(Beginning of Information given)

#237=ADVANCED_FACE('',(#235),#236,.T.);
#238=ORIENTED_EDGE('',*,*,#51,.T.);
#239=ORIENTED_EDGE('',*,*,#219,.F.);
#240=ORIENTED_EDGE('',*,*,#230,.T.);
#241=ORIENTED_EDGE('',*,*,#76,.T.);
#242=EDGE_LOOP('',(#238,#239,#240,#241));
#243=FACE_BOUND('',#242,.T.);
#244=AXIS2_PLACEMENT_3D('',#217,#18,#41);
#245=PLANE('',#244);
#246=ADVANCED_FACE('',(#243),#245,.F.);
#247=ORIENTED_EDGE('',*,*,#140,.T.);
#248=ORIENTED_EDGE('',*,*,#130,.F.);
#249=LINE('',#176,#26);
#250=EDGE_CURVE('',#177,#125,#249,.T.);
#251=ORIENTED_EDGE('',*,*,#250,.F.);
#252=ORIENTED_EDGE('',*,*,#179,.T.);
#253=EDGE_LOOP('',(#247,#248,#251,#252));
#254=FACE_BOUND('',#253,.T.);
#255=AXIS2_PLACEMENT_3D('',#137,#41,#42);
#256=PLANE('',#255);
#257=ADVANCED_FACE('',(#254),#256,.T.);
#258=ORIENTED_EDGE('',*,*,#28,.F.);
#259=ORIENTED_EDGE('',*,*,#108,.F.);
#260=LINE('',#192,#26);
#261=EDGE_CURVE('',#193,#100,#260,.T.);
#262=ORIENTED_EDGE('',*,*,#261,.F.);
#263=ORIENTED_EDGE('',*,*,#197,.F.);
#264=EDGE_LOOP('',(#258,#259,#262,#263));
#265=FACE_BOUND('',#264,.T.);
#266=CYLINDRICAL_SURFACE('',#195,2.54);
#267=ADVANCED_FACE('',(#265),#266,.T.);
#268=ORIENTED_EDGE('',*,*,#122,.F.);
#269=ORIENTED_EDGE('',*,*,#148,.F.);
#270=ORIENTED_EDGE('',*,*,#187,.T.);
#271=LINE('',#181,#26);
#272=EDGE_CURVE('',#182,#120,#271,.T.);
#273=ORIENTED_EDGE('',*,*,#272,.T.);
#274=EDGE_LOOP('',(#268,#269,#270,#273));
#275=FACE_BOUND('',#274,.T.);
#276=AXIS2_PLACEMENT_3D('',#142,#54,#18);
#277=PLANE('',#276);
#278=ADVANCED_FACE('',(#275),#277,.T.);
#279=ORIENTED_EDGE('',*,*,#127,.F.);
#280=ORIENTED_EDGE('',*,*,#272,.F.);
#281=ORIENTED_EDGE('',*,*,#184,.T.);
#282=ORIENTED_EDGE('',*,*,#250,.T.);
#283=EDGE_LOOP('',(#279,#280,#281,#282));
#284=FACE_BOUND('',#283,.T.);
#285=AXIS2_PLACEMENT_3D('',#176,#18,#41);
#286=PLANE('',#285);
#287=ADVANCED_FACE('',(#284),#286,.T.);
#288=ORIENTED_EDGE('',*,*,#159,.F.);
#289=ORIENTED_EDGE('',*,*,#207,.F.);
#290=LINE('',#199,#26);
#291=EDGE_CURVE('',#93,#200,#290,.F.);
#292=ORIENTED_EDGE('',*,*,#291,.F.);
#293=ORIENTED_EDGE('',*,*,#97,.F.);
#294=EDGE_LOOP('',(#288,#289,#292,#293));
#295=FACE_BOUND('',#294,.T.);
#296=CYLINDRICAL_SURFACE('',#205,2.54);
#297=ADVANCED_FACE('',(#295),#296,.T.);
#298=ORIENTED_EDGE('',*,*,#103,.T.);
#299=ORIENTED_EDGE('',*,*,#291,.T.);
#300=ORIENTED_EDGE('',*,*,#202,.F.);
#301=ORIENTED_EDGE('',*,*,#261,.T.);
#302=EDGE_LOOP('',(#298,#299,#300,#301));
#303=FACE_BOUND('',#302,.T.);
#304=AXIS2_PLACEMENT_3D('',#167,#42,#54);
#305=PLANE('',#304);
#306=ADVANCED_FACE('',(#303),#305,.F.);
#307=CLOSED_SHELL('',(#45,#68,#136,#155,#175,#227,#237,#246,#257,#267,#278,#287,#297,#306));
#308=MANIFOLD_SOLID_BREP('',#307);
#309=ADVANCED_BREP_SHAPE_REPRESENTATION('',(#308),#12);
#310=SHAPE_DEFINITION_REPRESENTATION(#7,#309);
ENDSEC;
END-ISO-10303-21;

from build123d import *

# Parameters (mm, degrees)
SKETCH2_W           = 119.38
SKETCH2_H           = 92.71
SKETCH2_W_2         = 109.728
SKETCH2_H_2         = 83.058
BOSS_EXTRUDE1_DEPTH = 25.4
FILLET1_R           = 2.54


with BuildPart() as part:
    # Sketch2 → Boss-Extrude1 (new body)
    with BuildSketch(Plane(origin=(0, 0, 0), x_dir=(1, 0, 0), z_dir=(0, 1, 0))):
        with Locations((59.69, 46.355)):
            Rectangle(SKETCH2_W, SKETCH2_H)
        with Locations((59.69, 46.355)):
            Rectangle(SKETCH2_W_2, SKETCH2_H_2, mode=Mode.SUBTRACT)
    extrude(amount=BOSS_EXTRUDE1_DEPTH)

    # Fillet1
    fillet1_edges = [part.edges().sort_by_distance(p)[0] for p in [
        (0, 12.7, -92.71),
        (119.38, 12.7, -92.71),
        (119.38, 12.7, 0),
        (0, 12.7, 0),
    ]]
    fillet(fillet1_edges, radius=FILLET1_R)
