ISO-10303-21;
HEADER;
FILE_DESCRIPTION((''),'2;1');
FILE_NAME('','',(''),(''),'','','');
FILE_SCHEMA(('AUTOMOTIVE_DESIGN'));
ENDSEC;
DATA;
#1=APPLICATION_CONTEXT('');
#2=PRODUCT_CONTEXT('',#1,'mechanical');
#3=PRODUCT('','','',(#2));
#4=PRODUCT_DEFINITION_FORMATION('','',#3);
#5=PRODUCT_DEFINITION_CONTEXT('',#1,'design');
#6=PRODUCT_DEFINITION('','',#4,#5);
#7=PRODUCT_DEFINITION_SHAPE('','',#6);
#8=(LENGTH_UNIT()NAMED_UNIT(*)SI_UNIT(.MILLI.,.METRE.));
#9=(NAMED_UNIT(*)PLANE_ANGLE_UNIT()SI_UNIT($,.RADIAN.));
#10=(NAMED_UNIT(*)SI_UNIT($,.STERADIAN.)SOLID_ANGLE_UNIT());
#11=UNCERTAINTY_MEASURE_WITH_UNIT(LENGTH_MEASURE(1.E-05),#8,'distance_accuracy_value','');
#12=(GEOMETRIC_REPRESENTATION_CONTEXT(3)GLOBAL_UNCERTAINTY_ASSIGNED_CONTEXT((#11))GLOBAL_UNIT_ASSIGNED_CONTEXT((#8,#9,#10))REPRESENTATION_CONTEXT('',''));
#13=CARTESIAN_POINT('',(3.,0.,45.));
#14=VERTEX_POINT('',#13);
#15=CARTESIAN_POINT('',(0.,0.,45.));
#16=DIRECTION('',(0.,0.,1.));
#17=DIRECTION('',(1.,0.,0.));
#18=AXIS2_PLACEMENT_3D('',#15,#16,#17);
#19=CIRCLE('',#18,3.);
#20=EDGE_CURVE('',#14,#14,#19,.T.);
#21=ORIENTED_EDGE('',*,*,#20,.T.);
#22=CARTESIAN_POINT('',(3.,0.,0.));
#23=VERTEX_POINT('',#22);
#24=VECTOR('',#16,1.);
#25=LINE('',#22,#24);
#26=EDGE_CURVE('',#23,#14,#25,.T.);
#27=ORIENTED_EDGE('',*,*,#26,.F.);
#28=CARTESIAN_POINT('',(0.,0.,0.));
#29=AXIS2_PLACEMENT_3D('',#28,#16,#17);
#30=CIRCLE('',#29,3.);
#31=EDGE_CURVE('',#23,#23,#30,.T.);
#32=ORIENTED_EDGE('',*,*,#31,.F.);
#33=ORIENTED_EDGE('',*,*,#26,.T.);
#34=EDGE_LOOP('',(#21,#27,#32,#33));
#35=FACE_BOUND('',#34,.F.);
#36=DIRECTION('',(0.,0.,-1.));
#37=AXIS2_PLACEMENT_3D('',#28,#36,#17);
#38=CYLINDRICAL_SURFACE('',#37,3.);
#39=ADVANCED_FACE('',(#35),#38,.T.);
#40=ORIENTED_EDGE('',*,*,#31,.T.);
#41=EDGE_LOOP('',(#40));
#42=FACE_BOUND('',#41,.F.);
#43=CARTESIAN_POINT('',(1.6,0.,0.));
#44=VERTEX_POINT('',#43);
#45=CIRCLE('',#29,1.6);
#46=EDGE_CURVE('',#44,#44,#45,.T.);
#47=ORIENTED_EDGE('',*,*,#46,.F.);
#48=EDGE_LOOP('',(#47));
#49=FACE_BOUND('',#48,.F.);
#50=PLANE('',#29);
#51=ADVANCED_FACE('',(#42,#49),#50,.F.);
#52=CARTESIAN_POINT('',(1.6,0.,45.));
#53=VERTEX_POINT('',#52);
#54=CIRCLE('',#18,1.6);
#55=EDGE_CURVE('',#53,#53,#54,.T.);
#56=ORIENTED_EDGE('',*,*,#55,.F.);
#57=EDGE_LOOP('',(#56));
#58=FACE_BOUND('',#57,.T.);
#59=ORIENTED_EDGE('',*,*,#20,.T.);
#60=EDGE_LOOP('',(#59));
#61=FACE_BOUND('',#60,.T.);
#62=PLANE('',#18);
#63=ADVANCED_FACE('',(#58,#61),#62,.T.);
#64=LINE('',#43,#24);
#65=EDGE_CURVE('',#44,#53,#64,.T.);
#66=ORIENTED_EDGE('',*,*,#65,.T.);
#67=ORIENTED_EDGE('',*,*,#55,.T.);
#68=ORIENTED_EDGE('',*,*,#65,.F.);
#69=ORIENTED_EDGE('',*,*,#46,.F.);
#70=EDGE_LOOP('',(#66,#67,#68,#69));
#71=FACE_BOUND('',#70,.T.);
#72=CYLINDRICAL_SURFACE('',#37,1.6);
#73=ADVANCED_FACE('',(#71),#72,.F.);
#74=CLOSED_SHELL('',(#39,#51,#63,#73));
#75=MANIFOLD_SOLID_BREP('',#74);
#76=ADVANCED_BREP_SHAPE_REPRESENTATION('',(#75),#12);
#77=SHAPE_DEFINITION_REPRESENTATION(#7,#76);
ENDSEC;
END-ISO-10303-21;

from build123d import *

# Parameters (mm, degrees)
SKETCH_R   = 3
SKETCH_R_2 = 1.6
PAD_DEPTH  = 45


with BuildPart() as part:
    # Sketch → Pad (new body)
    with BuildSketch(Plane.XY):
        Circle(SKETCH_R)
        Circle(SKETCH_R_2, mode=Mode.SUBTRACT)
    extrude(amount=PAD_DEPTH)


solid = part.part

(End of Information given)

Copy out, word for word, the part of the entries above that begins at the line with "#280=ORIENTED_EDGE('',*,*,#272,.F.);" and ends at the line with "#306=ADVANCED_FACE('',(#303),#305,.F.);", including both.

__Reply__:
#280=ORIENTED_EDGE('',*,*,#272,.F.);
#281=ORIENTED_EDGE('',*,*,#184,.T.);
#282=ORIENTED_EDGE('',*,*,#250,.T.);
#283=EDGE_LOOP('',(#279,#280,#281,#282));
#284=FACE_BOUND('',#283,.T.);
#285=AXIS2_PLACEMENT_3D('',#176,#18,#41);
#286=PLANE('',#285);
#287=ADVANCED_FACE('',(#284),#286,.T.);
#288=ORIENTED_EDGE('',*,*,#159,.F.);
#289=ORIENTED_EDGE('',*,*,#207,.F.);
#290=LINE('',#199,#26);
#291=EDGE_CURVE('',#93,#200,#290,.F.);
#292=ORIENTED_EDGE('',*,*,#291,.F.);
#293=ORIENTED_EDGE('',*,*,#97,.F.);
#294=EDGE_LOOP('',(#288,#289,#292,#293));
#295=FACE_BOUND('',#294,.T.);
#296=CYLINDRICAL_SURFACE('',#205,2.54);
#297=ADVANCED_FACE('',(#295),#296,.T.);
#298=ORIENTED_EDGE('',*,*,#103,.T.);
#299=ORIENTED_EDGE('',*,*,#291,.T.);
#300=ORIENTED_EDGE('',*,*,#202,.F.);
#301=ORIENTED_EDGE('',*,*,#261,.T.);
#302=EDGE_LOOP('',(#298,#299,#300,#301));
#303=FACE_BOUND('',#302,.T.);
#304=AXIS2_PLACEMENT_3D('',#167,#42,#54);
#305=PLANE('',#304);
#306=ADVANCED_FACE('',(#303),#305,.F.);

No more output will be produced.